By now, the numbers working at the Park were expanding as the decrypting grew steadily more successful
and reliable. As historian and codebreaker Asa Briggs succinctly put it: “I’d never seen so many women in my life!”4 Often, when looking out from her office on the first floor of the house, over the lawn and the lake, recalls Mimi Gallilee, one could see, at shift changeover time, “a great sea of bodies. All these people going to and from the coaches that would ferry them to their billets in the outlying villages. Countless people, all milling about—it was a magnificent sight.”
Around this time, Bletchley was using so-called “Hollerith Machines,” mighty efforts that processed punch cards, another logic-based means into some of the codes. And it was obvious that it would be better to have these machines operated by people who knew how they worked. One such group was very loosely termed “the Lewis Ladies.”
The Park authorities had, in their search for Hollerith personnel, turned to the retail firm John Lewis; it used similar punch-card machines, and had women specially trained to use them. Making a plea via the Ministry for Labour and National Service, the Park interviewed fifty of these young women and selected ten. To the fury of the Park authorities, the Ministry suddenly withdrew the offer and allocated the John Lewis women to land work instead. Vinegary memos passed back and forth. One read: “The John Lewis episode is a disgrace.”
The fight between Bletchley Park and the monolithic bureaucracy grew so rancorous that eventually Churchill got to hear of it.

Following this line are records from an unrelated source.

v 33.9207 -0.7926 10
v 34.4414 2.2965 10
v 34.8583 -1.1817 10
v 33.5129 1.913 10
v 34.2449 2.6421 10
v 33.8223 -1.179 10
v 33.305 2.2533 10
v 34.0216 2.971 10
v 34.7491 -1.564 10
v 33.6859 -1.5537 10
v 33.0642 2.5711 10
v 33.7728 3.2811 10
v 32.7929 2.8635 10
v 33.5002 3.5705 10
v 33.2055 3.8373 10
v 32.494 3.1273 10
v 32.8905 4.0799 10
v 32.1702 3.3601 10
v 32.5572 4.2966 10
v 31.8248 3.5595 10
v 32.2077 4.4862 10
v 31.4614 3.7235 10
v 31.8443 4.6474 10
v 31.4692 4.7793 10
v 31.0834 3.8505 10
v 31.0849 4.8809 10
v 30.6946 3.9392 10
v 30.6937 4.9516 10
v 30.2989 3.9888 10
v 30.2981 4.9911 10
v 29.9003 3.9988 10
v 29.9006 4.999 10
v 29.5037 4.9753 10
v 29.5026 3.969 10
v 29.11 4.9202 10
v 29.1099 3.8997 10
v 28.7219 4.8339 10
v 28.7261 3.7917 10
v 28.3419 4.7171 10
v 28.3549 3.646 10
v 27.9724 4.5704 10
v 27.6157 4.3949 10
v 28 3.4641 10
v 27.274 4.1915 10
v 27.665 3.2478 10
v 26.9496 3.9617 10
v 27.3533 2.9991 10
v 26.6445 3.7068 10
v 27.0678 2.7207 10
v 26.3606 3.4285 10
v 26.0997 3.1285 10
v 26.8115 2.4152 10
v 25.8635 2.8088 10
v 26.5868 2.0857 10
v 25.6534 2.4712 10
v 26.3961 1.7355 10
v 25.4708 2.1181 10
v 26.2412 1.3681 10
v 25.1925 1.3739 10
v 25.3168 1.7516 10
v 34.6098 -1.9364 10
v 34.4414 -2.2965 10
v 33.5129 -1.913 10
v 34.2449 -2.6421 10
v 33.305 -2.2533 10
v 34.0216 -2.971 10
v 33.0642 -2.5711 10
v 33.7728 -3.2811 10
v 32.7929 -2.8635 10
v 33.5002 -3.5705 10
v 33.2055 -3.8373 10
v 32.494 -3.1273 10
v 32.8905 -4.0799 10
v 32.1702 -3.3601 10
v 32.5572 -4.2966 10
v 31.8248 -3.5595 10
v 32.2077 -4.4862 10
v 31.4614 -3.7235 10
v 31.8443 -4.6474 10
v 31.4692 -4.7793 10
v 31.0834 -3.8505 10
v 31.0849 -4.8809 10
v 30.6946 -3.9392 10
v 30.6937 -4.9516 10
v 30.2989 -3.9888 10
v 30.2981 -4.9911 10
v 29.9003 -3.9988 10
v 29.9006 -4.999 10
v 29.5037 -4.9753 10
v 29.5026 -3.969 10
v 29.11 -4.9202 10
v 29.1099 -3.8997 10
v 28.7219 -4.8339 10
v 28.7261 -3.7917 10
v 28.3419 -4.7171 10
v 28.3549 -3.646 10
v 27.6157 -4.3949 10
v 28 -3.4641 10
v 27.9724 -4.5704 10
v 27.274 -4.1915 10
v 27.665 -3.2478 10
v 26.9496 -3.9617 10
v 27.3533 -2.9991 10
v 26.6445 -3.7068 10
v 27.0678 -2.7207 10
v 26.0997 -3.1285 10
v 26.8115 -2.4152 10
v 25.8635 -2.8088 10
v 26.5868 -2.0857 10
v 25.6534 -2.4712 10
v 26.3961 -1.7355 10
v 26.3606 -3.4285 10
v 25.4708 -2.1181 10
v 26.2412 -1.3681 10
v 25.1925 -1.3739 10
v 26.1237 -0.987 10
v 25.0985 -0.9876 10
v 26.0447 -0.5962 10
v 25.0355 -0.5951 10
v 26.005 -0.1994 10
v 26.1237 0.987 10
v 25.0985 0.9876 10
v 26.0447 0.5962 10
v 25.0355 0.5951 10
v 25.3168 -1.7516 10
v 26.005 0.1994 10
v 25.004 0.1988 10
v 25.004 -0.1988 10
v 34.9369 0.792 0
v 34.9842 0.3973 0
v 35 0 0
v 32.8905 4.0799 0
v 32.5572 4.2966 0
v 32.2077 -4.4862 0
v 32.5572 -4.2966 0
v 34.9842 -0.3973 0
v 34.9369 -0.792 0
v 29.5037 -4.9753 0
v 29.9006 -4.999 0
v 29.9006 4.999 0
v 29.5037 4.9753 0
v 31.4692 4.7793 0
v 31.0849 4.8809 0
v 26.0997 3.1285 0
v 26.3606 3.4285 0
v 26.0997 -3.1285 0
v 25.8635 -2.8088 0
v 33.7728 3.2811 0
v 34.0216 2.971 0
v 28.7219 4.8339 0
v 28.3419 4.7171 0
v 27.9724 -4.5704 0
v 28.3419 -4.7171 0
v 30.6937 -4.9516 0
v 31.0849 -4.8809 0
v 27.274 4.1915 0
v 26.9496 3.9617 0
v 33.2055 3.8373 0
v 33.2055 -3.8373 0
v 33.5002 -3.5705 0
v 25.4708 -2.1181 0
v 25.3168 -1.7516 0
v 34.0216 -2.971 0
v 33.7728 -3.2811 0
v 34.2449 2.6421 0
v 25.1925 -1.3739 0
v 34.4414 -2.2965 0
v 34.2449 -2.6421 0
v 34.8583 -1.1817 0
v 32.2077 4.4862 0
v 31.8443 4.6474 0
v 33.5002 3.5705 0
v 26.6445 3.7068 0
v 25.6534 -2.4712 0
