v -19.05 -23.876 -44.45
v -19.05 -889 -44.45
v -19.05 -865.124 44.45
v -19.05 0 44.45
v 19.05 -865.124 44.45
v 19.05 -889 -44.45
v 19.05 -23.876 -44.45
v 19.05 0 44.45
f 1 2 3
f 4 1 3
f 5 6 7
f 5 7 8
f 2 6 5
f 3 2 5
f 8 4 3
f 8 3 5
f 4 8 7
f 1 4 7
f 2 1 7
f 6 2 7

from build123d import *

# Parameters (mm, degrees)
F0_W     = 38.1
F0_H     = 88.9
F1_DEPTH = 889
F3_DEPTH = 25.4
F5_DEPTH = 25.4


with BuildPart() as f1:
    # F0 (on Front) → F1 (new body)
    with BuildSketch(Plane.XZ):
        Rectangle(F0_W, F0_H)
    extrude(amount=F1_DEPTH)

    # F2 (on Right) → F3 (cut, symmetric)
    with BuildSketch(Plane.YZ):
        Polygon((-889, -44.45), (-865.124, 44.45), (-889, 44.45), align=None)
    extrude(amount=F3_DEPTH, both=True, mode=Mode.SUBTRACT)

    # F4 (on Right) → F5 (cut, symmetric)
    with BuildSketch(Plane.YZ):
        Polygon((0, -44.45), (0, 44.45), (-23.876, -44.45), align=None)
    extrude(amount=F5_DEPTH, both=True, mode=Mode.SUBTRACT)


solid = f1.part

As recorded in one Park memo, “the shortage of personnel reached the ears of the PM who directed Ismay to render an immediate report on the shortage of female personnel.”
It was a significant problem, as another memo from September 1941 makes clear: “We have had some very considerable difficulty in recruitment, especially women clerks, and we are now considerably underborne with the result that some very important jobs are being held up.”